Le personnel a permis à la personne de comprendre que ses difficultés avaient une importance aussi peu importe ce que les autres vivaient. Aussi, l’entourage, par ses propos, permet à la personne de faire le constat des progrès quant à l’apparence de la peau en faisant le bilan de l’évolution, ce qui favorise le processus d’adaptation au changement de l’image corporelle. Le fait de respecter le rythme de la personne quant à l’exposition aux regards des autres, par l’équipe traitante, est une stratégie qui favorise l’adaptation graduelle aux cicatrices corporelles qui peut varier selon les personnes comme l’illustre l’extrait qui suit. Ainsi cela a pour effet d’éviter que la personne se replie sur elle-même, parce que l’adaptation au changement de l’image corporelle évolue à travers sa propre perception et celle des autres.
« …J’étais pas prêt tout de suite à me montrer à tout le monde. Ça fait que tranquillement pas vite, ça va s’adapter au fur et à mesure. Petit à petit, ça va rentrer dans l’ordre. Au fur et à mesure, que ça me disait, à me montrer un peu plus. Le reste… les gens, ils le savaient itou, ça fait qu’ils ne poussaient pas, rien. Ça allait bien. Ils étaient habitués, à la fin. Les heures de physio, pis tout. C'était quand même assez discret un peu. » Entrevue B.

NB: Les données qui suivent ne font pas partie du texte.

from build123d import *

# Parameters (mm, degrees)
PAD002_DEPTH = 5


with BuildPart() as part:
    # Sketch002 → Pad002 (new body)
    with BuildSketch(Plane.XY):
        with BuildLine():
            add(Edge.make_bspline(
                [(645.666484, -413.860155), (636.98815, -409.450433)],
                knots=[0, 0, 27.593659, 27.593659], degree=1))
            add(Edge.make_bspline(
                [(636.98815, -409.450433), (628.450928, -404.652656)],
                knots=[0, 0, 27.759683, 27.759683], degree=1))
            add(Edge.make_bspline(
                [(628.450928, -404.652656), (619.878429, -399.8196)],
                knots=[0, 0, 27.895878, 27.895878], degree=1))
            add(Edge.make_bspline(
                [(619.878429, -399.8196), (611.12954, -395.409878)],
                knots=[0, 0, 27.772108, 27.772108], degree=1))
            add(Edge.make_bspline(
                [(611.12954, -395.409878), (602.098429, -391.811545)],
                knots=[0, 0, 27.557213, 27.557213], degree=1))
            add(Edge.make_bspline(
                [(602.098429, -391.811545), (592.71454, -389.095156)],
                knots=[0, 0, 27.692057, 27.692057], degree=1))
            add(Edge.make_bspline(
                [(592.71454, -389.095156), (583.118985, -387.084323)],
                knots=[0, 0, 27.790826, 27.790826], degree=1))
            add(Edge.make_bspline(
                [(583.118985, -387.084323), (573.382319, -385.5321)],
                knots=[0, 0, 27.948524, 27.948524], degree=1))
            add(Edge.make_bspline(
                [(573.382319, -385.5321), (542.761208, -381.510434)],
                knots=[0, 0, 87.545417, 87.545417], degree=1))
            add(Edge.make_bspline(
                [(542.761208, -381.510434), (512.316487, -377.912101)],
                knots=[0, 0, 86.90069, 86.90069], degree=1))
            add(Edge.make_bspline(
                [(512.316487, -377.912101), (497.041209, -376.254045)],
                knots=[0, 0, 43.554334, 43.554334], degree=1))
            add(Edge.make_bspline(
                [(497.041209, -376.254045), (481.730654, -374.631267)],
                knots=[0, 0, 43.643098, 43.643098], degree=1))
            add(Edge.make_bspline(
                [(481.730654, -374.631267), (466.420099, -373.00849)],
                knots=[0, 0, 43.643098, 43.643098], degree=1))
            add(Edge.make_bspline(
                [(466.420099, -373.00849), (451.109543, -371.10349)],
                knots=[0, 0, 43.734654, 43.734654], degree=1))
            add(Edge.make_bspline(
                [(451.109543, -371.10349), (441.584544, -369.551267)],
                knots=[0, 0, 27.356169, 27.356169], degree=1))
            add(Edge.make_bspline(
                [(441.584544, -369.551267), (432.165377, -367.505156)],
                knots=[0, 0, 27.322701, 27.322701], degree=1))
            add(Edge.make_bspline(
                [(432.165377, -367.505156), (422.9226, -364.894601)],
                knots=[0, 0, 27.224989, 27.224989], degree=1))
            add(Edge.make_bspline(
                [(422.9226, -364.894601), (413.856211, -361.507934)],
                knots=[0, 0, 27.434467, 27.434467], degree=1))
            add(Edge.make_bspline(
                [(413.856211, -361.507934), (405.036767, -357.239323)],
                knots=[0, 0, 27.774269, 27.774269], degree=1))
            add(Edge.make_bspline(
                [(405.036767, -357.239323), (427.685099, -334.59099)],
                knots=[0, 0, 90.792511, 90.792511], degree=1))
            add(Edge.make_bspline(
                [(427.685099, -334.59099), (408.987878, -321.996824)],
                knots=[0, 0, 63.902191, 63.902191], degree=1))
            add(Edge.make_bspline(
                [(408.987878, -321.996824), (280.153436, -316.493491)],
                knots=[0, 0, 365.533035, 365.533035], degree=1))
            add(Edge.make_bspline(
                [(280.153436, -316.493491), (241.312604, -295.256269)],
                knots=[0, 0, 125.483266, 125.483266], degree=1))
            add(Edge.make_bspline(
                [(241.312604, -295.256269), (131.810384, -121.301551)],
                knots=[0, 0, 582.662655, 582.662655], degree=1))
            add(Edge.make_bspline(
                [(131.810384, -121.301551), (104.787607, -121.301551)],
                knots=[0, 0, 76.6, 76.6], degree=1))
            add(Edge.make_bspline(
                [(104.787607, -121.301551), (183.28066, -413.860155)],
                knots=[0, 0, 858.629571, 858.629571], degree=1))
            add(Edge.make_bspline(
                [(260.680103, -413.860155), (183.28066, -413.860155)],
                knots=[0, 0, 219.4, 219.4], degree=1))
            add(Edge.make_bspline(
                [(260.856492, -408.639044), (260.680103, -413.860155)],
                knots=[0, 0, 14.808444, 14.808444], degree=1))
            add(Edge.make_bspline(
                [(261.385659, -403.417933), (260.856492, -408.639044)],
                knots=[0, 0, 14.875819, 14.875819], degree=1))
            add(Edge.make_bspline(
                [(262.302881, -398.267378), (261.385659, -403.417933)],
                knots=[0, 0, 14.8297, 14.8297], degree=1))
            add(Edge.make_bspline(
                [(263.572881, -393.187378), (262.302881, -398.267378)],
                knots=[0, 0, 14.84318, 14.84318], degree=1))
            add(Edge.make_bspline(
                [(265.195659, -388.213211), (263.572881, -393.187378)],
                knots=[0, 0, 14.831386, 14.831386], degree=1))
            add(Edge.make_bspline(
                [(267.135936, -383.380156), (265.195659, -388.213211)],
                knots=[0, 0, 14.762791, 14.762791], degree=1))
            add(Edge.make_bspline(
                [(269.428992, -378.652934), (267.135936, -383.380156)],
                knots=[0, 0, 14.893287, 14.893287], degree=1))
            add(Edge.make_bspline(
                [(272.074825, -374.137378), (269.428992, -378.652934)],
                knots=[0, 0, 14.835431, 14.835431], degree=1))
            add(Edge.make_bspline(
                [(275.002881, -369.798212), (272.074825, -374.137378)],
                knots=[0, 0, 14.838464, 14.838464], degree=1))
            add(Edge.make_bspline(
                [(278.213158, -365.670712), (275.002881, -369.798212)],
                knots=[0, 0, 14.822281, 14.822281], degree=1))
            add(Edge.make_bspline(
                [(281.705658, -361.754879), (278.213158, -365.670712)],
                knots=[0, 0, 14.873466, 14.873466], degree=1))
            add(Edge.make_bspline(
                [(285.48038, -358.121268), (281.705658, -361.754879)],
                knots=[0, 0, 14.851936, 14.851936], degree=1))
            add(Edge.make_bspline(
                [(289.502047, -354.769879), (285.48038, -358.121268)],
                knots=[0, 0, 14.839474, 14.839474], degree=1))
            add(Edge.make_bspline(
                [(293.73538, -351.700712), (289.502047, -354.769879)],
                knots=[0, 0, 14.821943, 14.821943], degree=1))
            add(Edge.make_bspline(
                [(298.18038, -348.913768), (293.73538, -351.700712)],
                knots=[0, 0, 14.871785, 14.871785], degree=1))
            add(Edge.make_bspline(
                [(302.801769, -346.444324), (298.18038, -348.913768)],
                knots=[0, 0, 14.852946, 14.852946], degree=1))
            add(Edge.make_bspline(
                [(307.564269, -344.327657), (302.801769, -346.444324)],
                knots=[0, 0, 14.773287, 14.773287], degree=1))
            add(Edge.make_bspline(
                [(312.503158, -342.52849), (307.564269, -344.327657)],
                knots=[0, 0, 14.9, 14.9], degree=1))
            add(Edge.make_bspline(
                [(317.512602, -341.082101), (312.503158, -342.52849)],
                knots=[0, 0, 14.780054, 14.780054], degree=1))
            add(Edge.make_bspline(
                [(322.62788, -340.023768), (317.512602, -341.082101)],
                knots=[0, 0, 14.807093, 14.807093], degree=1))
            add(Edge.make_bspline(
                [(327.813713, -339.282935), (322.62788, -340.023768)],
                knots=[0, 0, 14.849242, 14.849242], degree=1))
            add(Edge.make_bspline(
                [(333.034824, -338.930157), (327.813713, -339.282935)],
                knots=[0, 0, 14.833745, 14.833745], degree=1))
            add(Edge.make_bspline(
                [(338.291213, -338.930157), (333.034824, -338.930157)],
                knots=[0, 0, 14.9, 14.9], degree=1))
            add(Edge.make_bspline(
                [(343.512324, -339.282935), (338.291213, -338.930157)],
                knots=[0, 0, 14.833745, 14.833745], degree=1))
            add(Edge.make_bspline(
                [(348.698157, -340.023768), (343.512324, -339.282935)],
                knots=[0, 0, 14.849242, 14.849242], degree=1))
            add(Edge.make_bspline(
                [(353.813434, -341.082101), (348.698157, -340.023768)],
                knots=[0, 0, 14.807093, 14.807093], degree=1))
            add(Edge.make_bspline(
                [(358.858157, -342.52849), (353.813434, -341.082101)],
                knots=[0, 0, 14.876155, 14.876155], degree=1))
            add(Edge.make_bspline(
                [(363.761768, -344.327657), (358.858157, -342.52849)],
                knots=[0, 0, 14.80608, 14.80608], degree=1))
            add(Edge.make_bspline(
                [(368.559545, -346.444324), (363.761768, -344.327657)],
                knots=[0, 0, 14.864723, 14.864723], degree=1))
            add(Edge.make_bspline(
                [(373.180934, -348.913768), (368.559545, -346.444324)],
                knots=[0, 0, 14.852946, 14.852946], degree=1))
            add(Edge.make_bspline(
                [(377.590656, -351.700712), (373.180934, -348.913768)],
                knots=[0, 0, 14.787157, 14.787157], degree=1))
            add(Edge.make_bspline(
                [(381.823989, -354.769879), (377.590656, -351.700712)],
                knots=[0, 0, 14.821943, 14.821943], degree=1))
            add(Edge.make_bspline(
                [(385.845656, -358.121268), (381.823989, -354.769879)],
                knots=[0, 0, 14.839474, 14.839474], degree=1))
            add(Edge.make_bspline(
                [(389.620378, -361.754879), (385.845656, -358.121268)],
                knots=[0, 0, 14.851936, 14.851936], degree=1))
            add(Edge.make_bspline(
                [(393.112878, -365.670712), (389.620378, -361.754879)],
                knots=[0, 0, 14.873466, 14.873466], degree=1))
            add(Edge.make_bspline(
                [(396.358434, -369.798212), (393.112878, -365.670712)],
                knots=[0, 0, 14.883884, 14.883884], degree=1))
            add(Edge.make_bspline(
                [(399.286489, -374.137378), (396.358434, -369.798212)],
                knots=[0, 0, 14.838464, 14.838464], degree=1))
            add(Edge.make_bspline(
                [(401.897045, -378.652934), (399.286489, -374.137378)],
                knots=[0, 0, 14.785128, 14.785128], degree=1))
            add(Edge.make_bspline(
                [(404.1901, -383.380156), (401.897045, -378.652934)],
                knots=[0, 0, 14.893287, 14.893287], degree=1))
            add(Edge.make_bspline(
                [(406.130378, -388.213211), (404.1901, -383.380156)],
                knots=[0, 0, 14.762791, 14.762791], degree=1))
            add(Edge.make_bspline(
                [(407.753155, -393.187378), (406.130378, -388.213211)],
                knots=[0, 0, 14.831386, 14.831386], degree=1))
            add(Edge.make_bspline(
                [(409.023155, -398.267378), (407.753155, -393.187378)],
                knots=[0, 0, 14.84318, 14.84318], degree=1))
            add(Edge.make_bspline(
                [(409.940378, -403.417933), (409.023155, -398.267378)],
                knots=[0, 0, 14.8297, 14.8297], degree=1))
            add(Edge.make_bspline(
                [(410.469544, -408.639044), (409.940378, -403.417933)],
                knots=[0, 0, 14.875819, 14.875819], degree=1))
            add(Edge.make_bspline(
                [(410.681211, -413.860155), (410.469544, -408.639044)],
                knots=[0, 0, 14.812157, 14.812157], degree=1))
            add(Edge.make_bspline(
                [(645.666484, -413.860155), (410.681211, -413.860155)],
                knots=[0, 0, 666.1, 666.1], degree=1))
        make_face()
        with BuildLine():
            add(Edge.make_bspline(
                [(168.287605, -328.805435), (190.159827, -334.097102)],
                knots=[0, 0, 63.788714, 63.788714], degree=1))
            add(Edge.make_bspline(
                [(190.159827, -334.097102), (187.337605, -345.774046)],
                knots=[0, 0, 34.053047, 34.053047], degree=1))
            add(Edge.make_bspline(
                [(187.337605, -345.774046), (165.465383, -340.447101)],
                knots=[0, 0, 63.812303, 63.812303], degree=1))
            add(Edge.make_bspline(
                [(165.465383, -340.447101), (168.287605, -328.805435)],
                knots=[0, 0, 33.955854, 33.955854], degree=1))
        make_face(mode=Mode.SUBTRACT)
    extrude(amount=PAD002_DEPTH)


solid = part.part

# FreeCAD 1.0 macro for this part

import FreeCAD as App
import Part
import Sketcher
from FreeCAD import Vector

doc = App.newDocument("Part")
body = doc.addObject("PartDesign::Body", "Body")

# Sketch on XY plane
sketch1 = body.newObject("Sketcher::SketchObject", "Sketch")
sketch1.AttachmentSupport = (doc.getObject("XY_Plane"), [""])
sketch1.MapMode = "FlatFace"
sketch1.addGeometry([
    Part.BSplineCurve([Vector(645.666484, -413.860155, 0), Vector(636.98815, -409.450433, 0)], [2, 2], [0, 27.593659], False, 1, [1, 1], False),  # 0
    Part.BSplineCurve([Vector(636.98815, -409.450433, 0), Vector(628.450928, -404.652656, 0)], [2, 2], [0, 27.759683], False, 1, [1, 1], False),  # 1
    Part.BSplineCurve([Vector(628.450928, -404.652656, 0), Vector(619.878429, -399.8196, 0)], [2, 2], [0, 27.895878], False, 1, [1, 1], False),  # 2
    Part.BSplineCurve([Vector(619.878429, -399.8196, 0), Vector(611.12954, -395.409878, 0)], [2, 2], [0, 27.772108], False, 1, [1, 1], False),  # 3
    Part.BSplineCurve([Vector(611.12954, -395.409878, 0), Vector(602.098429, -391.811545, 0)], [2, 2], [0, 27.557213], False, 1, [1, 1], False),  # 4
    Part.BSplineCurve([Vector(602.098429, -391.811545, 0), Vector(592.71454, -389.095156, 0)], [2, 2], [0, 27.692057], False, 1, [1, 1], False),  # 5
    Part.BSplineCurve([Vector(592.71454, -389.095156, 0), Vector(583.118985, -387.084323, 0)], [2, 2], [0, 27.790826], False, 1, [1, 1], False),  # 6
    Part.BSplineCurve([Vector(583.118985, -387.084323, 0), Vector(573.382319, -385.5321, 0)], [2, 2], [0, 27.948524], False, 1, [1, 1], False),  # 7
    Part.BSplineCurve([Vector(573.382319, -385.5321, 0), Vector(542.761208, -381.510434, 0)], [2, 2], [0, 87.545417], False, 1, [1, 1], False),  # 8
    Part.BSplineCurve([Vector(542.761208, -381.510434, 0), Vector(512.316487, -377.912101, 0)], [2, 2], [0, 86.90069], False, 1, [1, 1], False),  # 9
    Part.BSplineCurve([Vector(512.316487, -377.912101, 0), Vector(497.041209, -376.254045, 0)], [2, 2], [0, 43.554334], False, 1, [1, 1], False),  # 10
    Part.BSplineCurve([Vector(497.041209, -376.254045, 0), Vector(481.730654, -374.631267, 0)], [2, 2], [0, 43.643098], False, 1, [1, 1], False),  # 11
    Part.BSplineCurve([Vector(481.730654, -374.631267, 0), Vector(466.420099, -373.00849, 0)], [2, 2], [0, 43.643098], False, 1, [1, 1], False),  # 12
    Part.BSplineCurve([Vector(466.420099, -373.00849, 0), Vector(451.109543, -371.10349, 0)], [2, 2], [0, 43.734654], False, 1, [1, 1], False),  # 13
    Part.BSplineCurve([Vector(451.109543, -371.10349, 0), Vector(441.584544, -369.551267, 0)], [2, 2], [0, 27.356169], False, 1, [1, 1], False),  # 14
    Part.BSplineCurve([Vector(441.584544, -369.551267, 0), Vector(432.165377, -367.505156, 0)], [2, 2], [0, 27.322701], False, 1, [1, 1], False),  # 15
    Part.BSplineCurve([Vector(432.165377, -367.505156, 0), Vector(422.9226, -364.894601, 0)], [2, 2], [0, 27.224989], False, 1, [1, 1], False),  # 16
    Part.BSplineCurve([Vector(422.9226, -364.894601, 0), Vector(413.856211, -361.507934, 0)], [2, 2], [0, 27.434467], False, 1, [1, 1], False),  # 17
    Part.BSplineCurve([Vector(413.856211, -361.507934, 0), Vector(405.036767, -357.239323, 0)], [2, 2], [0, 27.774269], False, 1, [1, 1], False),  # 18
    Part.BSplineCurve([Vector(405.036767, -357.239323, 0), Vector(427.685099, -334.59099, 0)], [2, 2], [0, 90.792511], False, 1, [1, 1], False),  # 19
    Part.BSplineCurve([Vector(427.685099, -334.59099, 0), Vector(408.987878, -321.996824, 0)], [2, 2], [0, 63.902191], False, 1, [1, 1], False),  # 20
    Part.BSplineCurve([Vector(408.987878, -321.996824, 0), Vector(280.153436, -316.493491, 0)], [2, 2], [0, 365.533035], False, 1, [1, 1], False),  # 21
    Part.BSplineCurve([Vector(280.153436, -316.493491, 0), Vector(241.312604, -295.256269, 0)], [2, 2], [0, 125.483266], False, 1, [1, 1], False),  # 22
    Part.BSplineCurve([Vector(241.312604, -295.256269, 0), Vector(131.810384, -121.301551, 0)], [2, 2], [0, 582.662655], False, 1, [1, 1], False),  # 23
    Part.BSplineCurve([Vector(131.810384, -121.301551, 0), Vector(104.787607, -121.301551, 0)], [2, 2], [0, 76.6], False, 1, [1, 1], False),  # 24
    Part.BSplineCurve([Vector(104.787607, -121.301551, 0), Vector(183.28066, -413.860155, 0)], [2, 2], [0, 858.629571], False, 1, [1, 1], False),  # 25
    Part.BSplineCurve([Vector(260.680103, -413.860155, 0), Vector(183.28066, -413.860155, 0)], [2, 2], [0, 219.4], False, 1, [1, 1], False),  # 26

Les séquelles physiques de la brûlure : douleur et mobilité
De plus, on observe que le besoin de reprendre des activités significatives antérieurement ainsi que la possibilité de verbaliser ce qui est vécu sont deux dimensions qui ressortent de manière importante. La présence de séquelles découlant de la brûlure comme la douleur a un impact sur le processus de réadaptation.
« J’ai eu de la misère. À un moment donné, j’ai été obligé de prendre des antidépresseurs, parce que moi, je me disais : « Ça sera pas long, j’vais recommencer à travailler. » J’me disais – pis à un moment donné, mon subconscient me disait : « non, Z., tu ne recommenceras pas tout de suite. » Ça, j’ai eu de la misère, j’ai eu de la misère à l’accepter, des petites choses que je ne pouvais pas faire… à un moment donné, j’étais assis sur le divan pis les larmes commençaient à couler toutes seules. J’étais… je me sentais pas handicapé, je me sentais comme frustré… » Entrevue I.
« À un moment donné, t’en as plein le casque pis ça fait du bien d’en parler, ce qui m’aidait, c'était l’entourage d’ici. T’sais, ils m’expliquaient le pourquoi pis : « R’garde, Z., on ne peut pas y aller plus que ça. On va te réaugmenter. On va voir au bout de 3 jours… » avec l’espérance de trouver la bonne dose, ils disaient : « À un moment donné, on va tomber dessus… », mais quand? Ils ne peuvent pas le savoir. » Entrevue I.
Période de retour dans le milieu de vie : image corporelle
Cette période est caractérisée par la fin de la réadaptation spécialisée et la reprise des activités régulières dans la mesure du possible. À la différence de la période précédente où l’accent est mis beaucoup sur la guérison de la peau, l’adaptation à cette nouvelle réalité biopsychosociale et l’apprentissage de nouvelles modalités d’entretien du corps, celle-ci s’intéresse davantage aux citoyens, aux parents, aux conjoints, aux collègues et amis. On réfère ici à tous ceux qui caractérisent le retour dans la communauté de la personne victime de brûlures graves comme la reprise d’activité mise entre parenthèses pour ainsi dire, notamment les rôles sociaux durant les périodes de traitements intenses lors des séjours hospitaliers et en réadaptation fonctionnelle à la manière du « sick role » de la sociologie fonctionnaliste de Parsons (1951). Elle s’intéresse aux relations interpersonnelles, aux interactions avec l’environnement social et aux significations qui se construisent dans un rapport au corps singulier et aux autres qui est parfois à renégocier. L’image corporelle réfère à cette représentation globale que la personne a d’elle-même, de sa valeur, de ses rapports avec les autres et jusqu’à un certain point, de son rôle dans la société.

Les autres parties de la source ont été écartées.